→ Description of the task
Which lines in the data below contain the word "revolve"? Pull each of them out.

→ Records to process
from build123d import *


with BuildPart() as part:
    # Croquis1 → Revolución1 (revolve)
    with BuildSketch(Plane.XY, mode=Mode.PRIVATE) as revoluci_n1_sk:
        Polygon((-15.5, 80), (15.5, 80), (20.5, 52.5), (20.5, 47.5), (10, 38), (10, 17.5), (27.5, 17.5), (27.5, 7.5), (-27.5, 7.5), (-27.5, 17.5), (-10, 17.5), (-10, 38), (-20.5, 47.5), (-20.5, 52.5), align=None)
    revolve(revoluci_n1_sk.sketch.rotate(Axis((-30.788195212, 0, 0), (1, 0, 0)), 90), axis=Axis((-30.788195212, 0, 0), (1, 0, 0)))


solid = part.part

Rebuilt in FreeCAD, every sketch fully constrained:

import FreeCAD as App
import Part
import Sketcher


def add_polygon(sketch, points):
    """Adds a closed chain of lines whose ends are joined by coincident constraints."""
    first, n = sketch.GeometryCount, len(points)
    for a, b in zip(points, points[1:] + points[:1]):
        sketch.addGeometry(Part.LineSegment(App.Vector(*a, 0), App.Vector(*b, 0)), False)
    for i in range(n):
        sketch.addConstraint(Sketcher.Constraint("Coincident", first + i, 2, first + (i + 1) % n, 1))

doc = App.newDocument("Part")
params = doc.addObject("Spreadsheet::Sheet", "Params")
for row, (alias, value) in enumerate([
    ("sketch1_width", "31 mm"),
    ("sketch1_width2", "55 mm"),
    ("sketch1_height", "5 mm"),
    ("sketch1_height2", "10 mm"),
    ("sketch1_width3", "17.5 mm"),
    ("revolution_angle", "360 deg"),
], start=1):
    params.set(f"A{row}", alias)
    params.set(f"B{row}", "=" + value)
    params.setAlias(f"B{row}", alias)

body = doc.addObject("PartDesign::Body", "Body")

sketch1 = body.newObject("Sketcher::SketchObject", "Sketch")
sketch1.AttachmentSupport = (doc.getObject("XY_Plane"), [""])
sketch1.MapMode = "FlatFace"
add_polygon(sketch1, [(16, 80), (-16, 80), (-20, 52), (-20, 48), (-10, 38), (-10, 18), (-28, 18), (-28, 8), (28, 8), (28, 18), (10, 18), (10, 38), (20, 48), (20, 52)])
sketch1.addConstraint(Sketcher.Constraint("Horizontal", 0))
sketch1.addConstraint(Sketcher.Constraint("Vertical", 2))
sketch1.addConstraint(Sketcher.Constraint("Vertical", 4))
sketch1.addConstraint(Sketcher.Constraint("Horizontal", 5))
sketch1.addConstraint(Sketcher.Constraint("Vertical", 6))
sketch1.addConstraint(Sketcher.Constraint("Horizontal", 7))
sketch1.addConstraint(Sketcher.Constraint("Vertical", 8))
sketch1.addConstraint(Sketcher.Constraint("Horizontal", 9))
sketch1.addConstraint(Sketcher.Constraint("Vertical", 10))
sketch1.addConstraint(Sketcher.Constraint("Vertical", 12))
sketch1.addConstraint(Sketcher.Constraint("Symmetric", 5, 2, 8, 2, -2))
sketch1.addConstraint(Sketcher.Constraint("Symmetric", 3, 2, 10, 2, -2))
sketch1.addConstraint(Sketcher.Constraint("Symmetric", 2, 2, 11, 2, -2))
sketch1.addConstraint(Sketcher.Constraint("Horizontal", 1, 2, 12, 2))
sketch1.addConstraint(Sketcher.Constraint("Equal", 1, 13))
sketch1.addConstraint(Sketcher.Constraint("DistanceX", 0, 2, 0, 1, 31.0))
sketch1.addConstraint(Sketcher.Constraint("DistanceX", 7, 1, 7, 2, 55.0))
sketch1.addConstraint(Sketcher.Constraint("DistanceY", 2, 2, 2, 1, 5.0))
sketch1.addConstraint(Sketcher.Constraint("DistanceY", 6, 2, 6, 1, 10.0))
sketch1.addConstraint(Sketcher.Constraint("DistanceX", 5, 2, 5, 1, 17.5))
sketch1.addConstraint(Sketcher.Constraint("DistanceY", 4, 2, 4, 1, 20.5))
sketch1.addConstraint(Sketcher.Constraint("DistanceY", -1, 1, 0, 2, 80.0))
sketch1.addConstraint(Sketcher.Constraint("DistanceY", -1, 1, 3, 2, 38.0))
sketch1.addConstraint(Sketcher.Constraint("DistanceX", 1, 2, 0, 2, 5.0))
sketch1.addConstraint(Sketcher.Constraint("DistanceY", 4, 2, 2, 2, 30.0))
sketch1.setExpression("Constraints[29]", "Params.sketch1_width")
sketch1.setExpression("Constraints[30]", "Params.sketch1_width2")
sketch1.setExpression("Constraints[31]", "Params.sketch1_height")
sketch1.setExpression("Constraints[32]", "Params.sketch1_height2")
sketch1.setExpression("Constraints[33]", "Params.sketch1_width3")
revolution = body.newObject("PartDesign::Revolution", "Revolution")
revolution.Profile = sketch1
revolution.ReferenceAxis = (sketch1, ["H_Axis"])
revolution.setExpression("Angle", "Params.revolution_angle")

doc.recompute()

→ Output of the exercise
    # Croquis1 → Revolución1 (revolve)
    revolve(revoluci_n1_sk.sketch.rotate(Axis((-30.788195212, 0, 0), (1, 0, 0)), 90), axis=Axis((-30.788195212, 0, 0), (1, 0, 0)))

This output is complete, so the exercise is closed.